# To all my track addicted friends, best brake fluid for track!!



## BMWF1 (May 10, 2003)

hey guys whats going on!!

To all my fellow road racer and track junkies like me, does anybody know which is the best or most performing brake fluid out there.

I have used ATE blue,gold, I think its very good but i have had a bit of fading with it, i have heard that Castrol''s has one of the best. What about AP, Motul??

By the way I have a 2004 330ci zhp, I already have Hawk HP Plus on stock rotors, Just about to purchase S.S. Brake lines with a race fluid just wondering if any body has any recommendations! 

Would really apreciated!!

By the way, anybody heading to Winterfest @ Sebring Jan 20-23rd?

Thanks everybody,

Peter


----------



## doeboy (Sep 20, 2002)

Castrol SRF seems to be fluid of choice for racers. Though it's pretty expensive at something like $60-75 a liter. 

A lot of people seem to like Motul as well.

I'm fine with the ATE stuff for now.


----------



## TeamM3 (Dec 24, 2002)

The brakefast of champions 










it costs more, but it's not like you consume it in quantity, expecially since bleeding maintenance is greatly reduced as compared to the others


----------



## Pinecone (Apr 3, 2002)

As long as you feel comfortable with lying to the event organizers about how long since you flushed the system, SRF is the way to go. Around here they require 3 or 6 months max since the last flush to the event. No exemptions for SRF.

I know people who swear by AP 551, but the specs aren't that good.

I picked upa case of Motul 600 for track use. Found it via Google from a import tuner type place. Very nice price by the case.

Once that is gone, I will probably switch to SRF.


----------



## TeamM3 (Dec 24, 2002)

Pinecone said:


> As long as you feel comfortable with lying to the event organizers about how long since you flushed the system, SRF is the way to go. Around here they require 3 or 6 months max since the last flush to the event. No exemptions for SRF.

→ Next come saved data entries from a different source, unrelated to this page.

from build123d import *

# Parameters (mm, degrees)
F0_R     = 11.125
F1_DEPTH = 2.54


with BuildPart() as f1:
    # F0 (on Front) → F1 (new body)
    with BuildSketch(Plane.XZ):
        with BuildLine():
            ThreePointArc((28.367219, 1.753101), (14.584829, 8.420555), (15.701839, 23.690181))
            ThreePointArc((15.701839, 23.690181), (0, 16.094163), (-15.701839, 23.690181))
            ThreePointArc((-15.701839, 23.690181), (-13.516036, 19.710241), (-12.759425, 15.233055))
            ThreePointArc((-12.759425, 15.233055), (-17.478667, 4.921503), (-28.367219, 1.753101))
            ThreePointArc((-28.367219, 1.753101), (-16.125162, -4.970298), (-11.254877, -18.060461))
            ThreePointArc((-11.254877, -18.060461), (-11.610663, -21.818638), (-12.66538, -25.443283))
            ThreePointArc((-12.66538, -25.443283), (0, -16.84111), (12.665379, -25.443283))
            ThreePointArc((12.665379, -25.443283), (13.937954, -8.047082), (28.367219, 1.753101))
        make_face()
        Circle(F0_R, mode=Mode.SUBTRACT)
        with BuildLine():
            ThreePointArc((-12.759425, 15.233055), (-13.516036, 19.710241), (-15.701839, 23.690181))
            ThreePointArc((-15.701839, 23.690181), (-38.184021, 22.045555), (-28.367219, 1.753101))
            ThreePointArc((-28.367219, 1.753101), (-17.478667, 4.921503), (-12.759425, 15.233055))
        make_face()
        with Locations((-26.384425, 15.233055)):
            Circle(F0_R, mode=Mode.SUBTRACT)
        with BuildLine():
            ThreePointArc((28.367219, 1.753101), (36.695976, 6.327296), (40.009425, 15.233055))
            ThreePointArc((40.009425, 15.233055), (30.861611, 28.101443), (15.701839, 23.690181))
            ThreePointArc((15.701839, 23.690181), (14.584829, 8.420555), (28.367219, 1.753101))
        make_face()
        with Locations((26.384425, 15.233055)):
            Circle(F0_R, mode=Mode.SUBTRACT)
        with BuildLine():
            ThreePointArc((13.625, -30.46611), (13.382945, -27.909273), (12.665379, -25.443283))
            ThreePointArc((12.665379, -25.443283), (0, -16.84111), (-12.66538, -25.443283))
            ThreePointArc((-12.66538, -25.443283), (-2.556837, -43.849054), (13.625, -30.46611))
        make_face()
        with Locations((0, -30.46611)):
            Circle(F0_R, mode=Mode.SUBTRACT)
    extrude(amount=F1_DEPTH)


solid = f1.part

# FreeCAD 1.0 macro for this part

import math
import FreeCAD as App
import Part
import Sketcher

V = App.Vector

doc = App.newDocument("Part")
params = doc.addObject("Spreadsheet::Sheet", "Params")
for row, (alias, value) in enumerate([
    ("pad1_length", "0.1 in"),
], start=1):
    params.set(f"A{row}", alias)
    params.set(f"B{row}", "=" + value)
    params.setAlias(f"B{row}", alias)

body = doc.addObject("PartDesign::Body", "Body")

sketch1 = body.newObject("Sketcher::SketchObject", "Sketch")
sketch1.AttachmentSupport = (doc.getObject("XZ_Plane"), [""])
sketch1.MapMode = "FlatFace"
sketch1.addGeometry([
    Part.ArcOfCircle(Part.Circle(V(31.281636, -18.060462, 0), V(0, 0, 1), 20.026759), math.radians(98.367749), math.radians(201.632249)),
    Part.ArcOfCircle(Part.Circle(V(26.384425, 15.233055, 0), V(0, 0, 1), 13.625), math.radians(-81.63225), math.radians(0)),
    Part.ArcOfCircle(Part.Circle(V(26.384425, 15.233054, 0), V(0, 0, 1), 13.625), math.radians(0.000004), math.radians(141.632251)),
    Part.ArcOfCircle(Part.Circle(V(0, 36.120922, 0), V(0, 0, 1), 20.026759), math.radians(-141.63225), math.radians(-38.36775)),
    Part.ArcOfCircle(Part.Circle(V(-26.384425, 15.233055, 0), V(0, 0, 1), 13.625), math.radians(38.367746), math.radians(261.63225)),
    Part.ArcOfCircle(Part.Circle(V(-31.281636, -18.060461, 0), V(0, 0, 1), 20.026759), math.radians(0), math.radians(81.632252)),
    Part.ArcOfCircle(Part.Circle(V(-31.28162, -18.060462, 0), V(0, 0, 1), 20.026743), math.radians(-21.632266), math.radians(0.000003)),
    Part.ArcOfCircle(Part.Circle(V(0, -30.466109, 0), V(0, 0, 1), 13.625), math.radians(158.367753), math.radians(359.999996)),
    Part.ArcOfCircle(Part.Circle(V(0.000024, -30.466106, 0), V(0, 0, 1), 13.624976), math.radians(-0.000016), math.radians(21.632274)),
    Part.Circle(V(0, -30.46611, 0), V(0, 0, 1), 11.125),
    Part.Circle(V(-26.384425, 15.233055, 0), V(0, 0, 1), 11.125),
    Part.Circle(V(0, 0, 0), V(0, 0, 1), 11.125),
    Part.Circle(V(26.384425, 15.233055, 0), V(0, 0, 1), 11.125),
], False)
sketch1.addConstraint([
    Sketcher.Constraint("Coincident", 0, 1, 1, 1),
    Sketcher.Constraint("Coincident", 1, 2, 2, 1),
    Sketcher.Constraint("Coincident", 2, 2, 3, 2),
    Sketcher.Constraint("Coincident", 3, 1, 4, 1),
    Sketcher.Constraint("Coincident", 4, 2, 5, 2),
    Sketcher.Constraint("Coincident", 5, 1, 6, 2),
    Sketcher.Constraint("Coincident", 6, 1, 7, 1),
    Sketcher.Constraint("Coincident", 7, 2, 8, 1),
    Sketcher.Constraint("Coincident", 8, 2, 0, 2),
    Sketcher.Constraint("Coincident", 11, 3, -1, 1),
    Sketcher.Constraint("Coincident", 2, 3, 1, 3),
    Sketcher.Constraint("Coincident", 9, 3, 7, 3),
    Sketcher.Constraint("Coincident", 10, 3, 4, 3),
    Sketcher.Constraint("Coincident", 12, 3, 1, 3),
    Sketcher.Constraint("PointOnObject", 3, 3, -2),
    Sketcher.Constraint("PointOnObject", 7, 3, -2),
    Sketcher.Constraint("Diameter", 9, 22.25),
    Sketcher.Constraint("Diameter", 10, 22.25),
    Sketcher.Constraint("Diameter", 11, 22.25),
    Sketcher.Constraint("Diameter", 12, 22.25),
    Sketcher.Constraint("Radius", 1, 13.625),
    Sketcher.Constraint("Radius", 4, 13.625),
    Sketcher.Constraint("Radius", 7, 13.625),
    Sketcher.Constraint("Radius", 0, 20.026759),
    Sketcher.Constraint("Radius", 3, 20.026759),
    Sketcher.Constraint("Radius", 5, 20.026759),
    Sketcher.Constraint("Radius", 6, 20.026743),
    Sketcher.Constraint("Radius", 8, 13.624976),
    Sketcher.Constraint("DistanceY", -1, 1, 0, 1, 1.753101),
    Sketcher.Constraint("DistanceY", -1, 1, 4, 2, 1.753101),
    Sketcher.Constraint("DistanceX", 8, 3, 2, 3, 26.384401),
    Sketcher.Constraint("DistanceX", 6, 3, 4, 2, 2.914401),
    Sketcher.Constraint("DistanceX", 5, 1, 8, 3, 11.254901),
    Sketcher.Constraint("DistanceY", 0, 3, -1, 1, 18.060462),
    Sketcher.Constraint("DistanceY", -1, 1, 3, 3, 36.120922),
    Sketcher.Constraint("DistanceY", 7, 3, -1, 1, 30.466109),
    Sketcher.Constraint("DistanceX", -1, 1, 2, 2, 15.701839),
    Sketcher.Constraint("DistanceX", 3, 1, -1, 1, 15.701839),
    Sketcher.Constraint("DistanceY", 5, 1, -1, 1, 18.060461),
    Sketcher.Constraint("DistanceX", 6, 1, -1, 1, 12.66538),
    Sketcher.Constraint("DistanceY", 7, 2, -1, 1, 30.46611),
    Sketcher.Constraint("DistanceX", -1, 1, 8, 2, 12.665379),
    Sketcher.Constraint("DistanceY", -1, 1, 1, 2, 15.233055),
])
pad1 = body.newObject("PartDesign::Pad", "Pad")
pad1.Profile = sketch1
pad1.setExpression("Length", "Params.pad1_length")

doc.recompute()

as opposed to telling the truth, but using the cheapest low temperature brake fluid you could find? :dunno:  No exceptions for stupidty either, I suppose


----------



## elbert (Mar 28, 2002)

TeamM3 said:


> as opposed to telling the truth, but using the cheapest low temperature brake fluid you could find? :dunno:  No exceptions for stupidty either, I suppose


Maybe not that extreme but there are a lot cheaper brake fluids (PF Z-rated or Ford HD, they're the same thing) that have a higher dry boiling point (550°F) than SRF's wet bp (518°F)


----------



## TeamM3 (Dec 24, 2002)

elbert said:


> Maybe not that extreme but there are a lot cheaper brake fluids (PF Z-rated or Ford HD, they're the same thing) that have a higher dry boiling point (550°F) than SRF's wet bp (518°F)


  
in that case then you would surely would rather have fresh SRF in there with it's 590°F dry boiling point :dunno:


----------



## elbert (Mar 28, 2002)

TeamM3 said:


> in that case then you would surely would rather have fresh SRF in there with it's 590°F dry boiling point :dunno:



Of course, BUT basically what you said earlier was using older SRF was OK. My point is I'd rather use (much) less expensive stuff and replace more often


----------



## TeamM3 (Dec 24, 2002)

elbert said:


> Of course, BUT basically what you said earlier was using older SRF was OK. My point is I'd rather use (much) less expensive stuff and replace more often


based on a false assumption that the SRF would be at that saturated boiling point though :dunno:

have you ever used SRF?


----------



## BMWRacerITS (Mar 17, 2004)

What kind of fade are you experiencing? Pad fade or are you actually boiling the fluid? If you are using HP Plus pads, you are probably experiencing pad fade...no amount of good brake fluid is going to help since you are simply getting the pad to a hotter temp than it's designed to operate at. You need better pads (real track pads) and some cooling ducts for your rotors.

And if you are actually boiling ATE, you should definitely consider some cooling ducts instead of trying to fix the problem with a higher temp fluid. In the end, it'll be the "cheaper" solution as you'll gain pad, rotor, bearing, and balljoint life as well.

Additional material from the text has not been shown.